■ **PROBLEM STATEMENT**: Among the entries, which lines carry the string "length"? Copy every one.

Stored data entries:
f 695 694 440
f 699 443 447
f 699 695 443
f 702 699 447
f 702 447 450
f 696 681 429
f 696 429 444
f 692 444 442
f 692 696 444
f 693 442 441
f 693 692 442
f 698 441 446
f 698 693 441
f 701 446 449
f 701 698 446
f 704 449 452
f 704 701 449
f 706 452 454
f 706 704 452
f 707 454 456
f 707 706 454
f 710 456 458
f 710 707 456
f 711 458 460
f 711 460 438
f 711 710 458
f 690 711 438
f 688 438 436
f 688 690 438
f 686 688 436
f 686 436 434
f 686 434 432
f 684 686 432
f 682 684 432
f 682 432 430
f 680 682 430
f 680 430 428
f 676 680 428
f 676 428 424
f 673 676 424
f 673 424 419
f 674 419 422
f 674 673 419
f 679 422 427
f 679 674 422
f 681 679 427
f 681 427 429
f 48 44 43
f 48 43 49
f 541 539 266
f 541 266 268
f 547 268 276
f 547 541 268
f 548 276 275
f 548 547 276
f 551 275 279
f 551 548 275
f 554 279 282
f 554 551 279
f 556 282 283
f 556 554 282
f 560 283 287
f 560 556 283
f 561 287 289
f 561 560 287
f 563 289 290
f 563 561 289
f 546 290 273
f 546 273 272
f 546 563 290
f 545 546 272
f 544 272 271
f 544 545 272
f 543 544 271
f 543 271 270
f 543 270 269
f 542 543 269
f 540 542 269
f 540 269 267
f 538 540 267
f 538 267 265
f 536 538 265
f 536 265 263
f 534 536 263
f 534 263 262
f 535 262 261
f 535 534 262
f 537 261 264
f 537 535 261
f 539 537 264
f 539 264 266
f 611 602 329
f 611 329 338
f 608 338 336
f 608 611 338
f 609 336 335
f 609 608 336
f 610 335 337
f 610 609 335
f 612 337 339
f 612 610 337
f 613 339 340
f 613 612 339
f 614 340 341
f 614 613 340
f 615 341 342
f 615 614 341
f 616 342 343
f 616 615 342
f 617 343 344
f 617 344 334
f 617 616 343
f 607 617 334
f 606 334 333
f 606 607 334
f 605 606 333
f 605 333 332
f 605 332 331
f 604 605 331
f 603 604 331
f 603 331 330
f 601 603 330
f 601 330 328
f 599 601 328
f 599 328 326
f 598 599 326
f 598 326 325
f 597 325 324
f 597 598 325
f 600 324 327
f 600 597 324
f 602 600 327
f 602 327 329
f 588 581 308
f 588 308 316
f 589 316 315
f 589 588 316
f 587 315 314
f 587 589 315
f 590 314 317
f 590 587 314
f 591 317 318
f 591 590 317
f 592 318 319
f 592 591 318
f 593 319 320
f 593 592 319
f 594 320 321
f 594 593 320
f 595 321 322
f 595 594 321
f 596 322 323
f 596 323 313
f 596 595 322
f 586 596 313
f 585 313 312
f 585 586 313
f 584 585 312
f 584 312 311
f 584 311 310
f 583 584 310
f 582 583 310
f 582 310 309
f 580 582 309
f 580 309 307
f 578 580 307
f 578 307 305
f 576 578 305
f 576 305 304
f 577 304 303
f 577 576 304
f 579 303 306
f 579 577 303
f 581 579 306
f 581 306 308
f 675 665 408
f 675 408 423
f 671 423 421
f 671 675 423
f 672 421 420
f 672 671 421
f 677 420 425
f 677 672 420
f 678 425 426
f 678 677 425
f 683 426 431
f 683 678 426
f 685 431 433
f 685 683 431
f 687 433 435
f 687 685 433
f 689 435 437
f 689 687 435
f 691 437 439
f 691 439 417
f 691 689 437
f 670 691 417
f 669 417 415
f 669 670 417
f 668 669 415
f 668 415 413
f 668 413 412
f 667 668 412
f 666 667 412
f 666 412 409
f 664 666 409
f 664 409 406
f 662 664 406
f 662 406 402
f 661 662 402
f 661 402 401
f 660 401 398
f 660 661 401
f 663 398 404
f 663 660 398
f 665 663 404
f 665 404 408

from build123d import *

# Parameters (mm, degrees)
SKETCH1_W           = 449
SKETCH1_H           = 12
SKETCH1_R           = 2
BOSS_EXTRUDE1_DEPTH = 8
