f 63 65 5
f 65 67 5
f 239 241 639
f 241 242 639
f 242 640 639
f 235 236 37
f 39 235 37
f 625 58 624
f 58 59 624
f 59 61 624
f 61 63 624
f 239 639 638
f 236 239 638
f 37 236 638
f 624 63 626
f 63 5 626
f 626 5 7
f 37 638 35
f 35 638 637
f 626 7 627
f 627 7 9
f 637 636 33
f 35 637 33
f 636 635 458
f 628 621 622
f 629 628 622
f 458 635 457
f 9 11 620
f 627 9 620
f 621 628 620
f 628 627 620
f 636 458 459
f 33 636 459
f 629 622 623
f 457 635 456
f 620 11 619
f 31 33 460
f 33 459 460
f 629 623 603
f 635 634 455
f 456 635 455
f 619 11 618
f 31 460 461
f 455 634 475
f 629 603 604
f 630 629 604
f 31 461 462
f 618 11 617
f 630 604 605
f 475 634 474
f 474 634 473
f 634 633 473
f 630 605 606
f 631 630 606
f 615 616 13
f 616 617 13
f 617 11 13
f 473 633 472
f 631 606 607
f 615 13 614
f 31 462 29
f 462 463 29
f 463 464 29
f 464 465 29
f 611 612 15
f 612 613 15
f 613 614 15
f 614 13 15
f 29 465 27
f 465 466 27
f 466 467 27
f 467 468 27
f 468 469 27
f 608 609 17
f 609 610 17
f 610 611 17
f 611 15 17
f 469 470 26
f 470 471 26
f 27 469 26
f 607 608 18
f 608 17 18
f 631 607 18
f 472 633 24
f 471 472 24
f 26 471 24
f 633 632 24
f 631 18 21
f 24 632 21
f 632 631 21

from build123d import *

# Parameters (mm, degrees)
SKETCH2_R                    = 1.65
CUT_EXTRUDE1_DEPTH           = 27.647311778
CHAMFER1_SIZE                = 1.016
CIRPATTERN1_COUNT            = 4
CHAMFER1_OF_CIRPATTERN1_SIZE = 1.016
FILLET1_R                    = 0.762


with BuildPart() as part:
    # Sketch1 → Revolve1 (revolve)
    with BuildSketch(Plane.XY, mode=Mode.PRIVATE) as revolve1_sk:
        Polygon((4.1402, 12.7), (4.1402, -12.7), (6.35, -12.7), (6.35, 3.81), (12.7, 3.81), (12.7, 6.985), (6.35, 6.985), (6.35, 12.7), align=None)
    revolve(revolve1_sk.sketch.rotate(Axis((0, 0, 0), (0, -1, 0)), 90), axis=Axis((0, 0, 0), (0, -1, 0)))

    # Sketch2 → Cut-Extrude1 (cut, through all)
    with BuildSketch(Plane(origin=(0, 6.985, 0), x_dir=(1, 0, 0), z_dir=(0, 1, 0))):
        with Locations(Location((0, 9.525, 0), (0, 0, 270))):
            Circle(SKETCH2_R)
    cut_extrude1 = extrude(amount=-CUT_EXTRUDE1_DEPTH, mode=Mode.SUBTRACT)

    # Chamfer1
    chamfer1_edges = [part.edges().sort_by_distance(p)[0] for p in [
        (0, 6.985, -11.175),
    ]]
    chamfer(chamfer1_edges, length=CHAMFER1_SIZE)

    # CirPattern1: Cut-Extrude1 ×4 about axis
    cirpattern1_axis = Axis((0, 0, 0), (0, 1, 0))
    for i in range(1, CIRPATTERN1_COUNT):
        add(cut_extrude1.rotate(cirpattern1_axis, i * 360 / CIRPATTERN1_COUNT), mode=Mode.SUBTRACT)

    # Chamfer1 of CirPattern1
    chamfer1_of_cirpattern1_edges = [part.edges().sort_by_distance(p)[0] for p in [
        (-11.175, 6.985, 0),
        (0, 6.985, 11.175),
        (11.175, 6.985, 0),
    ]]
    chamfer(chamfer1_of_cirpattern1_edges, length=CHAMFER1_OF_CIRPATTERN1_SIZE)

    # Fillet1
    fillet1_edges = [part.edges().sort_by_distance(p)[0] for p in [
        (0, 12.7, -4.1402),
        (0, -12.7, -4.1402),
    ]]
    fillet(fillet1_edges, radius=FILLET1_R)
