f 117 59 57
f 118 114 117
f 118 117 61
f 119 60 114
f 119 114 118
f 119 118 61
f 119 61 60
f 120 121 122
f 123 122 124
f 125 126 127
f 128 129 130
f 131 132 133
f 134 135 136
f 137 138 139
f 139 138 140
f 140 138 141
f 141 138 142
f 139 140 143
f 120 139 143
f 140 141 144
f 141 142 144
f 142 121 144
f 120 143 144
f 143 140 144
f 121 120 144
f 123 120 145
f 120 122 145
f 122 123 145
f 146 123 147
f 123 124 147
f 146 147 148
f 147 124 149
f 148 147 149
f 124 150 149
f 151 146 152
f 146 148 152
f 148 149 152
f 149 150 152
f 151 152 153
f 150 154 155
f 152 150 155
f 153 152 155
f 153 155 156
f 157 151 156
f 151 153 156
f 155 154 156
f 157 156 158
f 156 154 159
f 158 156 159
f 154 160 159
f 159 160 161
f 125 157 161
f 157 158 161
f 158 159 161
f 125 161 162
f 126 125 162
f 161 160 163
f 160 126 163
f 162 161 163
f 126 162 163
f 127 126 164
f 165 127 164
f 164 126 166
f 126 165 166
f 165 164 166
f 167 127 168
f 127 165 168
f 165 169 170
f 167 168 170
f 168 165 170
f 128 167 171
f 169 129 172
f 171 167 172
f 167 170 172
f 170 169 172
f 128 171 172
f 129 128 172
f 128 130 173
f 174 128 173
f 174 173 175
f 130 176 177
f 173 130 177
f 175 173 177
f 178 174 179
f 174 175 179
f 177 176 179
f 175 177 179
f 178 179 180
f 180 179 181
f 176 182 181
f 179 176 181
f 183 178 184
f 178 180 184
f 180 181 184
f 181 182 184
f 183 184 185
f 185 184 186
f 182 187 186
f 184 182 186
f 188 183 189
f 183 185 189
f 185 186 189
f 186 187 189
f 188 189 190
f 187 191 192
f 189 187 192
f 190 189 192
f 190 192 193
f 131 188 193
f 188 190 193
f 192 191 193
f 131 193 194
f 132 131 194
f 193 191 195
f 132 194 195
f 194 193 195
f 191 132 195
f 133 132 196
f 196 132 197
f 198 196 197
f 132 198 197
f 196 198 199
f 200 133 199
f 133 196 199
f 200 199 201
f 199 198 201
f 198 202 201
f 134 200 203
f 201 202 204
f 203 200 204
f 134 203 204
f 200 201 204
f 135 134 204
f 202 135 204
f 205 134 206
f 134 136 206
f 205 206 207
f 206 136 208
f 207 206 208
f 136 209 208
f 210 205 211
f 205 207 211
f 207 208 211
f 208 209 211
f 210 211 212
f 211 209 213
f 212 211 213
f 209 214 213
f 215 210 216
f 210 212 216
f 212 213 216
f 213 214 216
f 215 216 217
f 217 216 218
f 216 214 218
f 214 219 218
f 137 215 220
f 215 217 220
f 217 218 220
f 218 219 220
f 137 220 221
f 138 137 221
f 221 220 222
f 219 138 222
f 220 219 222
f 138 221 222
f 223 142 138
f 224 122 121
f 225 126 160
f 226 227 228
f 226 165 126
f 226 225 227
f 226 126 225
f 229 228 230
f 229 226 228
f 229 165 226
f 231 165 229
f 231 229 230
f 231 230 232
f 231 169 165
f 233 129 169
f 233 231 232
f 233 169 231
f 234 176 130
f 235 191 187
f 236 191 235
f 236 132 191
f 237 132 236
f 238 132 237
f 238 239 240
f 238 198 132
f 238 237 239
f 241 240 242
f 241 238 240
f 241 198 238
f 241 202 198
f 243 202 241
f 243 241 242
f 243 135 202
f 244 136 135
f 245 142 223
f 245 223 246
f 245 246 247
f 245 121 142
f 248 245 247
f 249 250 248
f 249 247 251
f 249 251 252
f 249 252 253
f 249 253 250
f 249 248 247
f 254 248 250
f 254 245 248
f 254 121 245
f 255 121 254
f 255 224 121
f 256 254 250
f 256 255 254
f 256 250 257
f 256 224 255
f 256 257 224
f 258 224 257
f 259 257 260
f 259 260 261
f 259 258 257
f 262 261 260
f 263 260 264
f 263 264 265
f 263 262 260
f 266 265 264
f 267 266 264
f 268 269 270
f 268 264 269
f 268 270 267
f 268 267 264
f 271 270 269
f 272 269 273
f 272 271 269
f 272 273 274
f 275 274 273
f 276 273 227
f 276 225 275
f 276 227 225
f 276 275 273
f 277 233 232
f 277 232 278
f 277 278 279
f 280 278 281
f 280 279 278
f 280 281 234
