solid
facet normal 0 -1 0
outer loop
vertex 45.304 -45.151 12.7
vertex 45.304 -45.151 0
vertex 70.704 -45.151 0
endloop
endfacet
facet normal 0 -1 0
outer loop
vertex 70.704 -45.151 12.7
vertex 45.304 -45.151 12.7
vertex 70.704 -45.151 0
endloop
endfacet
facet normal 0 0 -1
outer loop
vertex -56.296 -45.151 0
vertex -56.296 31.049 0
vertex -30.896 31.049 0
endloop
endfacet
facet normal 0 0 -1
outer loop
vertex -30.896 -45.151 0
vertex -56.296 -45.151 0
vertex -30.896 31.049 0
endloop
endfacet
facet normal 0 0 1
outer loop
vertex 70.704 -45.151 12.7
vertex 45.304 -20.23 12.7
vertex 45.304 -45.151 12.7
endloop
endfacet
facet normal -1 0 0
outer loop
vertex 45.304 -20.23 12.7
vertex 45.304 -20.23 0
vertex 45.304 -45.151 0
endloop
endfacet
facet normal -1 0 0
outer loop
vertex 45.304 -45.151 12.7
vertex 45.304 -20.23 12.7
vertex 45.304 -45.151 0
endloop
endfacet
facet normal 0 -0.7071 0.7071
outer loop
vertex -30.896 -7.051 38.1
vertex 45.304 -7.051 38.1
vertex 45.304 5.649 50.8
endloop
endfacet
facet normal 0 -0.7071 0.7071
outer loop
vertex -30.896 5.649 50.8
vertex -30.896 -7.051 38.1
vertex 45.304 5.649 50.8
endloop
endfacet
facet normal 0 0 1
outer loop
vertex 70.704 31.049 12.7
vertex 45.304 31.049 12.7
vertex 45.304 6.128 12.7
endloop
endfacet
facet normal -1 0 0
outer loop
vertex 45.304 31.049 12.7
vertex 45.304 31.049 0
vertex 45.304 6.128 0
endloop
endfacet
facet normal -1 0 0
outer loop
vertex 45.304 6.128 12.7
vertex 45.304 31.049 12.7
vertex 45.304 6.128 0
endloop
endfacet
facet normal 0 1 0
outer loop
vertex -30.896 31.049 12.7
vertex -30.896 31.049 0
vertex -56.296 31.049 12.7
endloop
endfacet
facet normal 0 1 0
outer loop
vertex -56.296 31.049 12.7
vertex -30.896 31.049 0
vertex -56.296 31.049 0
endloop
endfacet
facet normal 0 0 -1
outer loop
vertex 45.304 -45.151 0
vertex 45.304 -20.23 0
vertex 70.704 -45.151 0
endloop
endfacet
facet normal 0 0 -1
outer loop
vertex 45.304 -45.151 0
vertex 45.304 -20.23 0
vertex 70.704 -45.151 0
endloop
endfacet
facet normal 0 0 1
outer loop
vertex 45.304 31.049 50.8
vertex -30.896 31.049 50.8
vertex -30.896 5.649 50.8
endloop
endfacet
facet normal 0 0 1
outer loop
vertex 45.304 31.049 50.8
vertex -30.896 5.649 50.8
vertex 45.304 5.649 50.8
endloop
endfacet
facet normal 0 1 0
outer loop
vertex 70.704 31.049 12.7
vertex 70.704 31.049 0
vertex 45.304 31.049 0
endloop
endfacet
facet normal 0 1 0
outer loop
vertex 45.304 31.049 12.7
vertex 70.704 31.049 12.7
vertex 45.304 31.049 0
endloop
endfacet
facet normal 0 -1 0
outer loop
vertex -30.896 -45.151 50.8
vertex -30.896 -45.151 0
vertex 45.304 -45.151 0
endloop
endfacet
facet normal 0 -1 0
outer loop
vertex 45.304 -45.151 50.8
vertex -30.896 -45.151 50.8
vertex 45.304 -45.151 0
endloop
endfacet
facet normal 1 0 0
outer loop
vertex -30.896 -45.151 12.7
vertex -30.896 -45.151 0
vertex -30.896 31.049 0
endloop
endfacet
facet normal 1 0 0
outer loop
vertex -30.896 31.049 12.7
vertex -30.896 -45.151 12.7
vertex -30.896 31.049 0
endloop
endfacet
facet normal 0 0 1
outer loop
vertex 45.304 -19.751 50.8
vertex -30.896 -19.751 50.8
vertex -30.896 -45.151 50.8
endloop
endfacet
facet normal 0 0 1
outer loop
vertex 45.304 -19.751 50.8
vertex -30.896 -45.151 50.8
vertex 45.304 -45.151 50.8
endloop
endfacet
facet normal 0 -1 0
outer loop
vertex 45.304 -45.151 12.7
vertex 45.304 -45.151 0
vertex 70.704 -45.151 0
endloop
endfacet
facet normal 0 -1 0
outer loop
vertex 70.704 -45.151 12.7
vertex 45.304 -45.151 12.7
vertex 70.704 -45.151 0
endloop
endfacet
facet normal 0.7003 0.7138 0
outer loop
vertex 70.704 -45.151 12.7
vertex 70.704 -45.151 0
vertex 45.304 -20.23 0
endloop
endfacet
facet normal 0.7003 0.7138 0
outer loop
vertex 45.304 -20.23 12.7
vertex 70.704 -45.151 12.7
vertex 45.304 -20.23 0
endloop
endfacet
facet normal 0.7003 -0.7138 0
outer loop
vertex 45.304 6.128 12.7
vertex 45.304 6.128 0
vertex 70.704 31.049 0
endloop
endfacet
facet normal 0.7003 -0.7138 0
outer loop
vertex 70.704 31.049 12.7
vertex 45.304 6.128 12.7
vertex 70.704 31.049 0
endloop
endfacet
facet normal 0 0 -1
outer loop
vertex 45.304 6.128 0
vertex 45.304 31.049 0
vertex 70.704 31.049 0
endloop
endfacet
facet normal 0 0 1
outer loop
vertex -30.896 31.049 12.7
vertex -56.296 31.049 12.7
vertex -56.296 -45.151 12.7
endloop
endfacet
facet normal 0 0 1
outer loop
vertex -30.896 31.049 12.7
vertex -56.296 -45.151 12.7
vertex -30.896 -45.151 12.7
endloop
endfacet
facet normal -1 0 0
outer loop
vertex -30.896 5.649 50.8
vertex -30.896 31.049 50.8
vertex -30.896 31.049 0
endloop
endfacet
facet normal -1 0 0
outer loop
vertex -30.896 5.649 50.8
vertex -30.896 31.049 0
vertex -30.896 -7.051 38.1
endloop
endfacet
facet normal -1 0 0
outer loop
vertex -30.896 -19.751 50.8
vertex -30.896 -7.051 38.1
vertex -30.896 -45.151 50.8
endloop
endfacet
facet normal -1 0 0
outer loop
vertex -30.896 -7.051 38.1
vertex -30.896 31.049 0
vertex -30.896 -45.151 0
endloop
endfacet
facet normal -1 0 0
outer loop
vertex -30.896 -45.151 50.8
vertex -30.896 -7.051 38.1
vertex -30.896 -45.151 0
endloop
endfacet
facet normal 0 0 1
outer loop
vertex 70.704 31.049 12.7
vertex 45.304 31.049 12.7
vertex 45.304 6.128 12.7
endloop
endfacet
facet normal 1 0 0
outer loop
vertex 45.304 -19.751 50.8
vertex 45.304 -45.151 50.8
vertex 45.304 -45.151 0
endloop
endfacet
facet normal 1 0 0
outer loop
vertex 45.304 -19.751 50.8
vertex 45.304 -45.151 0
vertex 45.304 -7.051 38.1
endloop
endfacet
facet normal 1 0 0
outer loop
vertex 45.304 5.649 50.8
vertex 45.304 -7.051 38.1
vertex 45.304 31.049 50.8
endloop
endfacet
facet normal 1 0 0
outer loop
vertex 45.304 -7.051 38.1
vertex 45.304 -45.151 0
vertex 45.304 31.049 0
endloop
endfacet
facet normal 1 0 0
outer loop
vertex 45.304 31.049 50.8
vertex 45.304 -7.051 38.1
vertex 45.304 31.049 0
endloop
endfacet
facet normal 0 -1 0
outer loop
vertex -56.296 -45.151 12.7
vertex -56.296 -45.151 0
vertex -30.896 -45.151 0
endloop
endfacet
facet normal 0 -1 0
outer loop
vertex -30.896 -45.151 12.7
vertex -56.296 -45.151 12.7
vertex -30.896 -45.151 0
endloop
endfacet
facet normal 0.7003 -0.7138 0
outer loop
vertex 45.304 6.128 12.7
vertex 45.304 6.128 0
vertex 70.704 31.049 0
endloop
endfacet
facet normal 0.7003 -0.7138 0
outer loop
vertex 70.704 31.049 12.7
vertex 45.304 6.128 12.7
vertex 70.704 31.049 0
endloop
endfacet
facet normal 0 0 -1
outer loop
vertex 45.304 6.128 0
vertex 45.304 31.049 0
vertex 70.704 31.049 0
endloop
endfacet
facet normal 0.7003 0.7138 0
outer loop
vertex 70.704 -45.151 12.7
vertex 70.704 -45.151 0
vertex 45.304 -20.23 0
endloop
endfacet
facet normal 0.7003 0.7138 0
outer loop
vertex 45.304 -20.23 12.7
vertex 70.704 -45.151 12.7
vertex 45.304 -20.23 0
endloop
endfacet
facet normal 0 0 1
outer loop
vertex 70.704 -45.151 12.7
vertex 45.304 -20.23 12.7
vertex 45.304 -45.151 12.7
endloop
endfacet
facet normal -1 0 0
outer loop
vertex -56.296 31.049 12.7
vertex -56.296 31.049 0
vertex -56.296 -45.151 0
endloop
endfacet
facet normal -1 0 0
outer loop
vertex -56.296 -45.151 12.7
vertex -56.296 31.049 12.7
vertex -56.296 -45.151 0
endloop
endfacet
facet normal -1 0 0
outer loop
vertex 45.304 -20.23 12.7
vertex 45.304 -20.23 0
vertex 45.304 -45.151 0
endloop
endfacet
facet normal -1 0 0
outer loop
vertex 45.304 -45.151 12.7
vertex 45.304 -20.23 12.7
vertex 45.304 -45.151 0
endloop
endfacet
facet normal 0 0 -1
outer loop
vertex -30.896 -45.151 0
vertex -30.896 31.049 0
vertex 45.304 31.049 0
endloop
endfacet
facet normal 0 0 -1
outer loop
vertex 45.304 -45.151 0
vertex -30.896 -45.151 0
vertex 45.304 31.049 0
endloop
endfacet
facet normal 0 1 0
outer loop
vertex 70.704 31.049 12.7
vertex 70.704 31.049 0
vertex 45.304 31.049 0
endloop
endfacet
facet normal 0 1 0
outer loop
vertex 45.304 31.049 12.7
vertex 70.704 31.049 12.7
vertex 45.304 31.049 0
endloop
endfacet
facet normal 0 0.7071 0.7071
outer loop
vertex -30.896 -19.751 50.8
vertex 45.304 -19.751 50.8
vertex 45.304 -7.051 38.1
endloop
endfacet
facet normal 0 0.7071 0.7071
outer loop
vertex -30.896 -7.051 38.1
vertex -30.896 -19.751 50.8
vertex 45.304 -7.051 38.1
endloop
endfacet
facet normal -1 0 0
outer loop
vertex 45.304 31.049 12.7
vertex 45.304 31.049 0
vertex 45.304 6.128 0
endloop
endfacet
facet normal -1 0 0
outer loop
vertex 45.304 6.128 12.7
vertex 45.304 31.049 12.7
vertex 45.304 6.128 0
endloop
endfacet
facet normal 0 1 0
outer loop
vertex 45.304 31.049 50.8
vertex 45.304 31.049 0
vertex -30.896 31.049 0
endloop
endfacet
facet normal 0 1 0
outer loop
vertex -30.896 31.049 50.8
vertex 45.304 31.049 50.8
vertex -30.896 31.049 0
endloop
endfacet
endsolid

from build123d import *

# Parameters (mm, degrees)
F1_DEPTH = 12.7
F2_DEPTH = 12.7
F3_DEPTH = 50.8
F5_DEPTH = 101.601


with BuildPart() as f1:
    # F0 (on Top) → F1 (new body)
    with BuildSketch(Plane.XY):
        Polygon((70.704034, -45.151241), (45.304034, -20.230069), (45.304034, -45.151241), align=None)
        Polygon((70.704034, 31.048759), (45.304034, 31.048759), (45.304034, 6.127586), align=None)
    extrude(amount=F1_DEPTH)


with BuildPart() as f2:
    # F0 (on Top) → F2 (new body)
    with BuildSketch(Plane.XY):
        Polygon((70.704034, -45.151241), (45.304034, -20.230069), (45.304034, -45.151241), align=None)
        Polygon((70.704034, 31.048759), (45.304034, 31.048759), (45.304034, 6.127586), align=None)
        Polygon((-30.895966, 6.127586), (-30.895966, 31.048759), (-56.295966, 31.048759), (-56.295966, -45.151241), (-30.895966, -45.151241), (-30.895966, -20.230069), align=None)
    extrude(amount=F2_DEPTH)


with BuildPart() as f3:
    # F0 (on Top) → F3 (new body)
    with BuildSketch(Plane.XY):
        Polygon((45.304034, 31.048759), (-30.895966, 31.048759), (-30.895966, 6.127586), (-30.895966, -20.230069), (-30.895966, -45.151241), (45.304034, -45.151241), (45.304034, -20.230069), (45.304034, 6.127586), align=None)
    extrude(amount=F3_DEPTH)

    # F4 (on face) → F5 (cut, through all)
    with BuildSketch(Plane.YZ.offset(45.304034)):
        Polygon((5.648759, 50.8), (-19.751241, 50.8), (-7.051241, 38.1), align=None)
    extrude(amount=-F5_DEPTH, mode=Mode.SUBTRACT)


solid = Compound([f1.part, f2.part, f3.part])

■ **ANSWER TO THIS PROBLEM**:
    chamfer(chamfer1_edges, length=CHAMFER1_SIZE)
    chamfer(chamfer1_of_cirpattern1_edges, length=CHAMFER1_OF_CIRPATTERN1_SIZE)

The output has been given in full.